What this task involves
Each line below from the one containing "v -60.768 45.541 10" through the one containing "f 118 119 120" should be output exactly as it stands, and no other line should appear.

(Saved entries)
--
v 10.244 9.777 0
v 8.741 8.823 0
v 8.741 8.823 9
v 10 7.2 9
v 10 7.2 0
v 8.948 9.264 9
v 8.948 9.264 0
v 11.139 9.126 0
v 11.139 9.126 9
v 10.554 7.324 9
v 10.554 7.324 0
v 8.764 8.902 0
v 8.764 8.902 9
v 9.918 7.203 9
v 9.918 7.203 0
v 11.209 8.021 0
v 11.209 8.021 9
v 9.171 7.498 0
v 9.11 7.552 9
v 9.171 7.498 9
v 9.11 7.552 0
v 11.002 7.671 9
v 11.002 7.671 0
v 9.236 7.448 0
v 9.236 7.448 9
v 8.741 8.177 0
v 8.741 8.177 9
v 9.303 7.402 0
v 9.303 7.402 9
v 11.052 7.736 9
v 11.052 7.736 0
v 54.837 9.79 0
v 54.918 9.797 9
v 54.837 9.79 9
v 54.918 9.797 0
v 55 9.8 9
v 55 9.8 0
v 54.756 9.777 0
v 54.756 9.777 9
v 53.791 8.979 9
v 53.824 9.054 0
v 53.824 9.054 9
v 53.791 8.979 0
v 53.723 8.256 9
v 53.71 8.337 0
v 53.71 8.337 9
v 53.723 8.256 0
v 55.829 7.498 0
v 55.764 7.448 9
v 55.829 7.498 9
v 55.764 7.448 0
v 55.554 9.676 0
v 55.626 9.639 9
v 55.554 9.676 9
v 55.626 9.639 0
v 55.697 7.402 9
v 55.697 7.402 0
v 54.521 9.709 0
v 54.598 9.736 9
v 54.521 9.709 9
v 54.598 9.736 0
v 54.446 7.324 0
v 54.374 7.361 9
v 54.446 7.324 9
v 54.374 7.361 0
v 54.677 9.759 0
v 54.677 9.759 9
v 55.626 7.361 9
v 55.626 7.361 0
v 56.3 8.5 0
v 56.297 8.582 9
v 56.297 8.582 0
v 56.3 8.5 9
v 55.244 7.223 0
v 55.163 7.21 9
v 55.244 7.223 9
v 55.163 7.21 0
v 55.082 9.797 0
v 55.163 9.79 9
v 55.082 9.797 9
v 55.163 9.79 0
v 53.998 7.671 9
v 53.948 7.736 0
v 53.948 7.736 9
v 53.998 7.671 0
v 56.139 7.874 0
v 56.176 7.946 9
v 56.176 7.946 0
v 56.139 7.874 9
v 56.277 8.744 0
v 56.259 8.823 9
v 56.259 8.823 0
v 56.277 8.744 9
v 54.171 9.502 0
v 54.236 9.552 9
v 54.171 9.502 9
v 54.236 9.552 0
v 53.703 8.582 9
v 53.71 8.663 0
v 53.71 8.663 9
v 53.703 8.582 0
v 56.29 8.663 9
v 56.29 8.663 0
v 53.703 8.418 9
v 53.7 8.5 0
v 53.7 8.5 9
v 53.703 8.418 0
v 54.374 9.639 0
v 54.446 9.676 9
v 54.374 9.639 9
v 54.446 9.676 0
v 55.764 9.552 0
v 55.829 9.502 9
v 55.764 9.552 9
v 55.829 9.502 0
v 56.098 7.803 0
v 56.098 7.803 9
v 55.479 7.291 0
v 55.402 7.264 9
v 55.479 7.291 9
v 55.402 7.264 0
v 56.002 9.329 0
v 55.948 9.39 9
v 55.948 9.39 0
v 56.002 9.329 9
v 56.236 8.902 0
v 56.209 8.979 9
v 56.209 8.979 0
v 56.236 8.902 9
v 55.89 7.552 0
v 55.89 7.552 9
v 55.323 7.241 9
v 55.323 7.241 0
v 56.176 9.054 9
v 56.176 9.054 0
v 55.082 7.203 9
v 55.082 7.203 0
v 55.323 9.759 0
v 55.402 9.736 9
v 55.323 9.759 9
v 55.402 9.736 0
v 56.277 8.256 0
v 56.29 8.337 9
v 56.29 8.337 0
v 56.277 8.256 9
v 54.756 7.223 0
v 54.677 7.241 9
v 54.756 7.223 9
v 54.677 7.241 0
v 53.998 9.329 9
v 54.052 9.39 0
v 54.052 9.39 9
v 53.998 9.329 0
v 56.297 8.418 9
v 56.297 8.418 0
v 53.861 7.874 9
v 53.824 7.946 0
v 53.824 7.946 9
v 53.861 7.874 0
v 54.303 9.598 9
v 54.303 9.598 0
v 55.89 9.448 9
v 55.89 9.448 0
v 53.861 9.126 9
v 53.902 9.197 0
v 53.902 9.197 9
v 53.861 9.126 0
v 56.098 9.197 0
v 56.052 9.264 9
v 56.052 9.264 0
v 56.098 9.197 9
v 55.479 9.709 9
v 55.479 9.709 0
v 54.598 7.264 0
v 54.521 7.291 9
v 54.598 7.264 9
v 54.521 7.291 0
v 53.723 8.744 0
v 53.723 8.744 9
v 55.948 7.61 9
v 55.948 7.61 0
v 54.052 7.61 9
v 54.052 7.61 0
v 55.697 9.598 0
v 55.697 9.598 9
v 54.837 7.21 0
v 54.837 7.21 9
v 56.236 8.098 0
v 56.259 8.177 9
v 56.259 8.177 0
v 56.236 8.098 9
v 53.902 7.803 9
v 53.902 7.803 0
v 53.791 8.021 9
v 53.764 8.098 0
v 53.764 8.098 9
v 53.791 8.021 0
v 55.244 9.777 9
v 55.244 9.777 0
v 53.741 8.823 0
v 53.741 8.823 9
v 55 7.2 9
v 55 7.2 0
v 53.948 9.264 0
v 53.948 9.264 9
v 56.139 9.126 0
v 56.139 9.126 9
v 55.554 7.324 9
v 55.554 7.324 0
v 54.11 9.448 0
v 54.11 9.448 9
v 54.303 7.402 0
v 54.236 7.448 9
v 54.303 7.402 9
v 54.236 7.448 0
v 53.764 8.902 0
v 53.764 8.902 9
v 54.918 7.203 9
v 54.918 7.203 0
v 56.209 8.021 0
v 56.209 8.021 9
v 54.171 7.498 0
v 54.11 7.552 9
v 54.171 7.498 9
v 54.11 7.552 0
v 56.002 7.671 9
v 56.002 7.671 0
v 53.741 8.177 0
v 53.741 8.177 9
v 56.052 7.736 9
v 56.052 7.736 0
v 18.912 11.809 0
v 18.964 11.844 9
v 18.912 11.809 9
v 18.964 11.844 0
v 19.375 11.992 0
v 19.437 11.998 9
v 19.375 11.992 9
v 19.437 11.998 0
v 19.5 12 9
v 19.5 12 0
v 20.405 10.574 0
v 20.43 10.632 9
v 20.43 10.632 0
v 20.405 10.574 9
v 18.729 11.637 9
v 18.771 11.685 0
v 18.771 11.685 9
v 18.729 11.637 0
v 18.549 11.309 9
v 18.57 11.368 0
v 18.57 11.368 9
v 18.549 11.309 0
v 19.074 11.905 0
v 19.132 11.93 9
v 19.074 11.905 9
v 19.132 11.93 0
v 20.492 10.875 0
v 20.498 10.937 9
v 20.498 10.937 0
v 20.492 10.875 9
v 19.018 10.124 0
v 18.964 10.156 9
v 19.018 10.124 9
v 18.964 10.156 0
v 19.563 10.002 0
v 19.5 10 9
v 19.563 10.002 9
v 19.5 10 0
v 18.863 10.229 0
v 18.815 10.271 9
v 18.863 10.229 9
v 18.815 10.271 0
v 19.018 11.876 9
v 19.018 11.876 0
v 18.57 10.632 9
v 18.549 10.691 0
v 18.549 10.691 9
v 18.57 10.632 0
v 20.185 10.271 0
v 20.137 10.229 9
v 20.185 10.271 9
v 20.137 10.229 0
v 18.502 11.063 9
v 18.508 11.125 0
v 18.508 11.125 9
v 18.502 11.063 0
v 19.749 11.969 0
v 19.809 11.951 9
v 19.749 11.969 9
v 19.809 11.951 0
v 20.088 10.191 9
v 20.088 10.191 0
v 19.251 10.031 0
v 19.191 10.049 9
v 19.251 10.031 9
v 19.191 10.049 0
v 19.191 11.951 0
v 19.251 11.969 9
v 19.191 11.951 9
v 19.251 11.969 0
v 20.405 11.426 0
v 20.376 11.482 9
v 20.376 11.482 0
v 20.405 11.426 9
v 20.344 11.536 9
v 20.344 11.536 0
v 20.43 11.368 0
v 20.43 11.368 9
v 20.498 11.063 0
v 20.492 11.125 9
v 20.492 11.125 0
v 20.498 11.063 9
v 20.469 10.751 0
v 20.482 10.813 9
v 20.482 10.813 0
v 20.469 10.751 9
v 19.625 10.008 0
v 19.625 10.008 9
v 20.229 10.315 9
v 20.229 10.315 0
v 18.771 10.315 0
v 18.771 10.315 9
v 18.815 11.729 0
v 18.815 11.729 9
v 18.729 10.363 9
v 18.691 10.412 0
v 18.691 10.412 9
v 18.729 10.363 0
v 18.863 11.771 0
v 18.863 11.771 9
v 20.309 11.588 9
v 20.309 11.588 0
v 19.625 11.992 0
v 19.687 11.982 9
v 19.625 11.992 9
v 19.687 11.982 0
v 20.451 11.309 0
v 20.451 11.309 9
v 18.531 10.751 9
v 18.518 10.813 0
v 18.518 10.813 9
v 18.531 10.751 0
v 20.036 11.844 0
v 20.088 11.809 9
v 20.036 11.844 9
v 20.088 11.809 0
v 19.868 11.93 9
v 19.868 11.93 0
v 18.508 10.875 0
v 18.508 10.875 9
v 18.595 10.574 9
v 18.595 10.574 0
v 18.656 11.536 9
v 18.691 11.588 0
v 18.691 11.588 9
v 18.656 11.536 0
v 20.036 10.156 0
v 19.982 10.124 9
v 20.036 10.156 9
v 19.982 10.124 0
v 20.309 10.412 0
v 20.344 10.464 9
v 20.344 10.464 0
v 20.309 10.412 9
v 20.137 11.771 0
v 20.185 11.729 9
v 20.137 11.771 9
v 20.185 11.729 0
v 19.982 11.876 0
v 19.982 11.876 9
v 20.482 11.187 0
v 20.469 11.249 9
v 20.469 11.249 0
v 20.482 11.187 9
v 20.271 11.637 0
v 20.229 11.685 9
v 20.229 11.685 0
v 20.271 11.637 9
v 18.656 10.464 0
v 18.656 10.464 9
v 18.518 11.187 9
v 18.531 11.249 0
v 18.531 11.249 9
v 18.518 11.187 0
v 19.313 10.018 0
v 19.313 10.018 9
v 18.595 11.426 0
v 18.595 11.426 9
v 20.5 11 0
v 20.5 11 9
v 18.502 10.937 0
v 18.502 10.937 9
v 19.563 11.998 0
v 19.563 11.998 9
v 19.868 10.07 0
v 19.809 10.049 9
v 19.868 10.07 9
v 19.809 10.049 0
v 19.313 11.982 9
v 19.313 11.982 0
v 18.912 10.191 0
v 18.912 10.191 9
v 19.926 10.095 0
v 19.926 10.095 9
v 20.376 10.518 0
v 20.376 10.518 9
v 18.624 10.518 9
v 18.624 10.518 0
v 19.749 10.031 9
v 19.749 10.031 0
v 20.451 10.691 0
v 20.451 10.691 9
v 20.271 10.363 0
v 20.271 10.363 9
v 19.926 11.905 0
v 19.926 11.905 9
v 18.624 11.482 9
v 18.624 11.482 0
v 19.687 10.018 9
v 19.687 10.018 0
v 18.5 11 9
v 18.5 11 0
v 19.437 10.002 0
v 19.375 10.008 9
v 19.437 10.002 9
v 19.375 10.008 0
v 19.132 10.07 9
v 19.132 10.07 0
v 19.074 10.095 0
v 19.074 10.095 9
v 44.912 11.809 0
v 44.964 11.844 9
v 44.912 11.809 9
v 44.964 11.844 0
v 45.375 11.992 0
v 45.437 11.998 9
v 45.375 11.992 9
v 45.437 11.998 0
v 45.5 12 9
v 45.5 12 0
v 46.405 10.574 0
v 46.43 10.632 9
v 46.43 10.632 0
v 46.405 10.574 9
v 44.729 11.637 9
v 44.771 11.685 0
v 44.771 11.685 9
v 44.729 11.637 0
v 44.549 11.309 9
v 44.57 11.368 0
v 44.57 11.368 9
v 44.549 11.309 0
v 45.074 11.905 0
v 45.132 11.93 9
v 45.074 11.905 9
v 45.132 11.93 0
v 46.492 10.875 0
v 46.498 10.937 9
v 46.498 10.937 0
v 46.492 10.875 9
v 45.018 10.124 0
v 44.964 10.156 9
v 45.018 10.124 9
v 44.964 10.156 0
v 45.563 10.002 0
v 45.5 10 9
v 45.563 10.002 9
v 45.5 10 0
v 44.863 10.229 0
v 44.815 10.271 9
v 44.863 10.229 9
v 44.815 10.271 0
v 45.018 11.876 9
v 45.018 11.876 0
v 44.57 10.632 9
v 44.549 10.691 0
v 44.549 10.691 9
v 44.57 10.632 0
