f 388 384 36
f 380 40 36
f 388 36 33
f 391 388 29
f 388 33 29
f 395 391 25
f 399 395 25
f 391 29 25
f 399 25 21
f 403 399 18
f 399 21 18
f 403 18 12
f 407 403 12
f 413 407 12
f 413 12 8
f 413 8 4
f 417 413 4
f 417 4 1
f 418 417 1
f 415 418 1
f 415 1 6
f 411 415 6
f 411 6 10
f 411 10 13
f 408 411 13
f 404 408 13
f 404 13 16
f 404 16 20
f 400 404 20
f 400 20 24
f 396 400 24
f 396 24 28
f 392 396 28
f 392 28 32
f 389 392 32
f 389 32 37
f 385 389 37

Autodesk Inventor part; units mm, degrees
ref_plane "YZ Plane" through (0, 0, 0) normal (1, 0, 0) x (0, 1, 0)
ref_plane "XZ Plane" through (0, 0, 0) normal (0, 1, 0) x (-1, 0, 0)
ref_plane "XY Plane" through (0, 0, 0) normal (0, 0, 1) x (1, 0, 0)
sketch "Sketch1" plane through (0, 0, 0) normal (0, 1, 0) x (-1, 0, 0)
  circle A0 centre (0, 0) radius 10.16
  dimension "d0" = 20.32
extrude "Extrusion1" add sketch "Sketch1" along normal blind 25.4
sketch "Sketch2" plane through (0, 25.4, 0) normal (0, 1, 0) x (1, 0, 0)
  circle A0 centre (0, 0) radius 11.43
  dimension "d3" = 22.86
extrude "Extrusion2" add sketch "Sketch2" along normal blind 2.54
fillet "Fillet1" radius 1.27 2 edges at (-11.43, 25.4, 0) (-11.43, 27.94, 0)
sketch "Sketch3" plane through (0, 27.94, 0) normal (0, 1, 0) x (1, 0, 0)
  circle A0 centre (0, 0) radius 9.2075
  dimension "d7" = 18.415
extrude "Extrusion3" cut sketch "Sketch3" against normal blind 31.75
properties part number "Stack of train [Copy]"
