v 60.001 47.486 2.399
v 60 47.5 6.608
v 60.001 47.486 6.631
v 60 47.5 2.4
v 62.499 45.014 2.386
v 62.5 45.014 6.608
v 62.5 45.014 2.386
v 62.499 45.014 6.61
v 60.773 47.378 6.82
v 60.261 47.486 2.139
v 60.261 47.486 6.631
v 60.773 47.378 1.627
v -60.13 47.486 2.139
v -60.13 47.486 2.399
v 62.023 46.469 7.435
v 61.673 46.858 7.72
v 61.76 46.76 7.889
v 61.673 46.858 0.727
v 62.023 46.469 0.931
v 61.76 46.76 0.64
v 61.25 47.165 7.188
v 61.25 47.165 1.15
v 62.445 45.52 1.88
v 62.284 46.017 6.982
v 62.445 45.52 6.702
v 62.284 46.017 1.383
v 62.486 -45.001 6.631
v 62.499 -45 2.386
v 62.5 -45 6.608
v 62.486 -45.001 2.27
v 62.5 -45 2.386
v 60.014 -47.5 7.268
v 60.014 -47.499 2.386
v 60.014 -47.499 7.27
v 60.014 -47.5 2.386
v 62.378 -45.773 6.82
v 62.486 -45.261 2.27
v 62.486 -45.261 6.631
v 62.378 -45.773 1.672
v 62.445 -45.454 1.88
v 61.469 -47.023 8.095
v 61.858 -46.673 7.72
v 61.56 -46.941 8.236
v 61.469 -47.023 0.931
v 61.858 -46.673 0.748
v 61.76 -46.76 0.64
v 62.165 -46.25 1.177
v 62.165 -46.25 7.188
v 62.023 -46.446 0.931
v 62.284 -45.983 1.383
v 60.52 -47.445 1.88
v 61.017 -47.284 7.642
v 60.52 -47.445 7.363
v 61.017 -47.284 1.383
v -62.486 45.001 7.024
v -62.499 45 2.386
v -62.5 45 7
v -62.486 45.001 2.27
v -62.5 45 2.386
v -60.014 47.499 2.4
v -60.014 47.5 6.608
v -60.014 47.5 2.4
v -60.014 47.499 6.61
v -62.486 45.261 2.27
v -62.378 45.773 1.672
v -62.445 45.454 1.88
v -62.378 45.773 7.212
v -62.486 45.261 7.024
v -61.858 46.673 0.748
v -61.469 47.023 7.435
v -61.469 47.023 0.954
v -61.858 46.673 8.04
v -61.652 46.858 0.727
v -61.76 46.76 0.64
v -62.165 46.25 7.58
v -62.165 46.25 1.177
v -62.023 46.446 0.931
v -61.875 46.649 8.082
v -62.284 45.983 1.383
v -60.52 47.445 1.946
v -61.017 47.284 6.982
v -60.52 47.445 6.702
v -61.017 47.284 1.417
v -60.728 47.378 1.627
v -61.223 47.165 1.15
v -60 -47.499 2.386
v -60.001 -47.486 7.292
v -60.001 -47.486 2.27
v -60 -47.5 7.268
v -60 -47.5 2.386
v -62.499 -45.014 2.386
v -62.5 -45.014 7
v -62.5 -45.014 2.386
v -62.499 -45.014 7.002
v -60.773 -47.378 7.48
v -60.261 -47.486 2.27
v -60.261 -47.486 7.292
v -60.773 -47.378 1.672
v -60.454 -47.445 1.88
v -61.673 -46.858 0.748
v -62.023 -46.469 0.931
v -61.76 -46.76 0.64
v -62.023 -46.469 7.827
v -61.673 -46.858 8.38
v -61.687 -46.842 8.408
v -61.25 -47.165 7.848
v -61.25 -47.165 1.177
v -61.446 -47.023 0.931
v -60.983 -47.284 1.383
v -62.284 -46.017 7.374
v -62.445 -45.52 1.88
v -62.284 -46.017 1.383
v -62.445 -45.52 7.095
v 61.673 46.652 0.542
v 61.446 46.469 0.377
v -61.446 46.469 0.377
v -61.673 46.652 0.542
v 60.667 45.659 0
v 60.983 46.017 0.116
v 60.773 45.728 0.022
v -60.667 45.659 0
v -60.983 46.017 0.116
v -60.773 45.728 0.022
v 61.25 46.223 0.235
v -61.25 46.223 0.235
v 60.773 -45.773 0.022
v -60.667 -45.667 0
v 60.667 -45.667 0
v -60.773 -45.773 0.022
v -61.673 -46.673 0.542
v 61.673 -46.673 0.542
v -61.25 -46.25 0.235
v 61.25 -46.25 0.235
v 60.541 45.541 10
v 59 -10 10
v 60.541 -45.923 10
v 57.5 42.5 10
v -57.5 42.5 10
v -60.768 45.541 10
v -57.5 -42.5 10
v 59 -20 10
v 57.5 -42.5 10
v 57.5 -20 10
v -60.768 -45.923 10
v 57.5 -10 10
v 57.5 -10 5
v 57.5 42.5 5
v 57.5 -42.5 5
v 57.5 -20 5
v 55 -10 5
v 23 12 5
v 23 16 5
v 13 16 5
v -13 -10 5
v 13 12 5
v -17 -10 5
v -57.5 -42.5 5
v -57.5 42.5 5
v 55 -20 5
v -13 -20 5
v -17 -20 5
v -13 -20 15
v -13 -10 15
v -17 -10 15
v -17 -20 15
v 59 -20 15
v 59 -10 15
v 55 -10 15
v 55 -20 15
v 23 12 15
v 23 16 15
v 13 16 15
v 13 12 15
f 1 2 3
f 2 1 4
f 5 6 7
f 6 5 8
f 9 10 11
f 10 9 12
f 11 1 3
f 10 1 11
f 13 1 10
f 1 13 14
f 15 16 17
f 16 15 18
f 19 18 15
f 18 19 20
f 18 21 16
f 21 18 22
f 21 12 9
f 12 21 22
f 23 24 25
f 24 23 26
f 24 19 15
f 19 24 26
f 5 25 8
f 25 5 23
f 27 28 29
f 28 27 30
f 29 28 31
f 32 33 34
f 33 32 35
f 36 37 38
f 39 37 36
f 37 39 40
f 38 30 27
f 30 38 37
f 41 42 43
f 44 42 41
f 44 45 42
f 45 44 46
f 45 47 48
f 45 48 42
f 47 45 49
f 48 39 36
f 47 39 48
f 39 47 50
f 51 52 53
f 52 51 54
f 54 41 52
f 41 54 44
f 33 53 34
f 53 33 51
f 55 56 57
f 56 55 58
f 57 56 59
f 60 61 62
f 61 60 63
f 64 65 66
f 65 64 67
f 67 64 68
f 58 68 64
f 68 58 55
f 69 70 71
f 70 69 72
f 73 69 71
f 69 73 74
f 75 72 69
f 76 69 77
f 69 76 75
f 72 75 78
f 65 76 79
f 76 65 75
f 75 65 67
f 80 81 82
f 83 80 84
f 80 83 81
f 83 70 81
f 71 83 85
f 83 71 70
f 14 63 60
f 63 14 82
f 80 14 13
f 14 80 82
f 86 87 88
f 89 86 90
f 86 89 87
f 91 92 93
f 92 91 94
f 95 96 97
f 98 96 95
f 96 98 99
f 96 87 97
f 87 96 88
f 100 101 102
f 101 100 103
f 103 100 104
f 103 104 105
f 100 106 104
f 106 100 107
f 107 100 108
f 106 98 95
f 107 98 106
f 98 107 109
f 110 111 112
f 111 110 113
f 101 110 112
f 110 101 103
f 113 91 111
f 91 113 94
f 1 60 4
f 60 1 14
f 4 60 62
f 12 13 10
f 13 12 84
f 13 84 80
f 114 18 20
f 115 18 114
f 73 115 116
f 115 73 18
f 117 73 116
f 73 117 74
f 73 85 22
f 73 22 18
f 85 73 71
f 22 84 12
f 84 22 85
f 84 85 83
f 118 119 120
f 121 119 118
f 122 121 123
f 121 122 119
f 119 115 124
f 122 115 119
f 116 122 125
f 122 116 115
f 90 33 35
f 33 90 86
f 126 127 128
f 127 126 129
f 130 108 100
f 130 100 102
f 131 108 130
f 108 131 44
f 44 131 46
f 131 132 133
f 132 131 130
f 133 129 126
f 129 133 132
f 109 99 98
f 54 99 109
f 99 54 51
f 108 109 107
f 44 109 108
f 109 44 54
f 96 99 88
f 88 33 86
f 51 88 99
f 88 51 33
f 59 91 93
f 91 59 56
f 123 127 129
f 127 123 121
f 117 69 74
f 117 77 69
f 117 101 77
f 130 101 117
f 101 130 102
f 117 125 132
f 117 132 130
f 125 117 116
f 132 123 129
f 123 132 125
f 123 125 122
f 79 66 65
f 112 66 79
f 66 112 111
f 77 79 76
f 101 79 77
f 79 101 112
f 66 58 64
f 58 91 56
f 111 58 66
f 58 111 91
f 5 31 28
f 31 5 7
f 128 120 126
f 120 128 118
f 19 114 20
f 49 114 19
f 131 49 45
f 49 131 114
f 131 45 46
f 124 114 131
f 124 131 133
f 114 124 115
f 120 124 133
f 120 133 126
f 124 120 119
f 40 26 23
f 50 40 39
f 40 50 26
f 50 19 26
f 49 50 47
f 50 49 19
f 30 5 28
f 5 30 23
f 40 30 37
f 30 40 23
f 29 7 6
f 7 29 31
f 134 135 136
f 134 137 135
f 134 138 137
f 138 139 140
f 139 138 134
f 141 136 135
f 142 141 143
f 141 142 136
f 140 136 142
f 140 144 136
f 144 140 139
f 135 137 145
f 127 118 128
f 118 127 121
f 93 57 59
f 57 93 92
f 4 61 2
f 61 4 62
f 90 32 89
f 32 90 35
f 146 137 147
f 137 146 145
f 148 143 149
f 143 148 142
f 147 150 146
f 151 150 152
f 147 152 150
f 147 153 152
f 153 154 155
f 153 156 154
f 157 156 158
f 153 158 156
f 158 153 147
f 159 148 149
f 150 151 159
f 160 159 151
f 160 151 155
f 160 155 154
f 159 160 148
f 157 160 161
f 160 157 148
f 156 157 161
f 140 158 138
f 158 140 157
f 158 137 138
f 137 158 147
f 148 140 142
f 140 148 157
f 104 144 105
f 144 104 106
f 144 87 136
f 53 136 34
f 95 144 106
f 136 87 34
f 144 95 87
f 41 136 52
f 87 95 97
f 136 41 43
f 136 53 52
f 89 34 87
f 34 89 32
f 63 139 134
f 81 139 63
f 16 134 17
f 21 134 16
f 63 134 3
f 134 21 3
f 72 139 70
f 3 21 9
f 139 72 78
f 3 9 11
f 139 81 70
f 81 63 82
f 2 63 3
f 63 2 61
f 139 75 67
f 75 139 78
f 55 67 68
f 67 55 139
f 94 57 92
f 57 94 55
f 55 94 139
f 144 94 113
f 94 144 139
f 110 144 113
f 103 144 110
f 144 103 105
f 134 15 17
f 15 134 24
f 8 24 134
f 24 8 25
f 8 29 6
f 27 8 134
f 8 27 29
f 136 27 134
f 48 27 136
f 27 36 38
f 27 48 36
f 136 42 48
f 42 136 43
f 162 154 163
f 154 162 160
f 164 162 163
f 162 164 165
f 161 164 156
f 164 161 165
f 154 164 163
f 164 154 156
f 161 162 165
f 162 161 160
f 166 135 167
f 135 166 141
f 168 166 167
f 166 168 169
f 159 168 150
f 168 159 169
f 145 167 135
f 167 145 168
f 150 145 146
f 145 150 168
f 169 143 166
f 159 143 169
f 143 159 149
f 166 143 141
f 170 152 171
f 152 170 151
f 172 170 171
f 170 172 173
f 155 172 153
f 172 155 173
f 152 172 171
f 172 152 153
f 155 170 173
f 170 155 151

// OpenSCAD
bottom_encl();

module bottom_encl(){
    g_w = 125;
    g_l = 95;
    
    translate([-g_w/2, -g_l/2, 0])
    difference(){
        union(){
        cube([g_w, g_l, 10]);


        }
        union(){
        translate([5, 5, 5])
            cube([g_w-10, g_l-10, 60]);
        }
        
        translate([g_w, g_l, -0.1])
            rotate([0,0,180])
            fillet(60,5);
            
            translate([g_w, 0, -0.1])
            rotate([0,0,90])
            fillet(60,5);
            
       translate([0, g_l, -0.1])
            rotate([0,0,270])
            fillet(60,5);
            
            translate([0, 0, -0.1])
            rotate([0,0,0])
            fillet(60,5);
        
        translate([0, g_l, -0.1])
            rotate([0,90,0])
            rotate([0,0,180])
            fillet(g_w,5);
            
        translate([0, 0, -0.1])
            rotate([0,90,0])
            rotate([0,0,90])
            fillet(g_w,5);
            
        translate([0, g_w, -0.1])
            rotate([90,0,0])
            rotate([0,0,0])
            fillet(g_w,5);
            
        translate([g_w, 0, -0.1])
            rotate([90,0,0])
            rotate([0,0,90])
            fillet(g_w,5);
            
        translate([g_w, 0, -0.1])
            rotate([-90,0,0])
            rotate([0,0,180])
            fillet(g_w,5);
            
        translate([0,1,9])
        rotate([60,0,0])
        translate([0,-22,0])
        cube([130,30,3]);
        
        translate([0,89,17])
        rotate([-60,0,0])
        translate([0,5,0])
        cube([130,30,3]);
        
        translate([0,0,7])
        rotate([0,-60,0])
        cube([30,105,3]);
        
        translate([119,0,17])
        rotate([0,60,0])
        cube([30,100,3]);
    }
    
    translate([-17,-20,5])
    union(){
        cube([4,10,10]);
        translate([68+4,0,0])
        cube([4,10,10]);
        translate([30,-24+56,0])
        cube([10,4,10]);
    }
}

module fillet(h, d){
    difference(){
        cylinder(h=h, d=d, $fn=30);
        union(){
            translate([d/2, d/2, -0.1])
            cylinder(h=h+0.2, d=d, $fn=30);
        }
    }
}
--
Solution for this problem
v -60.768 45.541 10
v -57.5 -42.5 10
v 59 -20 10
v 57.5 -42.5 10
v 57.5 -20 10
v -60.768 -45.923 10
v 57.5 -10 10
v 57.5 -10 5
v 57.5 42.5 5
v 57.5 -42.5 5
v 57.5 -20 5
v 55 -10 5
v 23 12 5
v 23 16 5
v 13 16 5
v -13 -10 5
v 13 12 5
v -17 -10 5
v -57.5 -42.5 5
v -57.5 42.5 5
v 55 -20 5
v -13 -20 5
v -17 -20 5
v -13 -20 15
v -13 -10 15
v -17 -10 15
v -17 -20 15
v 59 -20 15
v 59 -10 15
v 55 -10 15
v 55 -20 15
v 23 12 15
v 23 16 15
v 13 16 15
v 13 12 15
f 1 2 3
f 2 1 4
f 5 6 7
f 6 5 8
f 9 10 11
f 10 9 12
f 11 1 3
f 10 1 11
f 13 1 10
f 1 13 14
f 15 16 17
f 16 15 18
f 19 18 15
f 18 19 20
f 18 21 16
f 21 18 22
f 21 12 9
f 12 21 22
f 23 24 25
f 24 23 26
f 24 19 15
f 19 24 26
f 5 25 8
f 25 5 23
f 27 28 29
f 28 27 30
f 29 28 31
f 32 33 34
f 33 32 35
f 36 37 38
f 39 37 36
f 37 39 40
f 38 30 27
f 30 38 37
f 41 42 43
f 44 42 41
f 44 45 42
f 45 44 46
f 45 47 48
f 45 48 42
f 47 45 49
f 48 39 36
f 47 39 48
f 39 47 50
f 51 52 53
f 52 51 54
f 54 41 52
f 41 54 44
f 33 53 34
f 53 33 51
f 55 56 57
f 56 55 58
f 57 56 59
f 60 61 62
f 61 60 63
f 64 65 66
f 65 64 67
f 67 64 68
f 58 68 64
f 68 58 55
f 69 70 71
f 70 69 72
f 73 69 71
f 69 73 74
f 75 72 69
f 76 69 77
f 69 76 75
f 72 75 78
f 65 76 79
f 76 65 75
f 75 65 67
f 80 81 82
f 83 80 84
f 80 83 81
f 83 70 81
f 71 83 85
f 83 71 70
f 14 63 60
f 63 14 82
f 80 14 13
f 14 80 82
f 86 87 88
f 89 86 90
f 86 89 87
f 91 92 93
f 92 91 94
f 95 96 97
f 98 96 95
f 96 98 99
f 96 87 97
f 87 96 88
f 100 101 102
f 101 100 103
f 103 100 104
f 103 104 105
f 100 106 104
f 106 100 107
f 107 100 108
f 106 98 95
f 107 98 106
f 98 107 109
f 110 111 112
f 111 110 113
f 101 110 112
f 110 101 103
f 113 91 111
f 91 113 94
f 1 60 4
f 60 1 14
f 4 60 62
f 12 13 10
f 13 12 84
f 13 84 80
f 114 18 20
f 115 18 114
f 73 115 116
f 115 73 18
f 117 73 116
f 73 117 74
f 73 85 22
f 73 22 18
f 85 73 71
f 22 84 12
f 84 22 85
f 84 85 83
f 118 119 120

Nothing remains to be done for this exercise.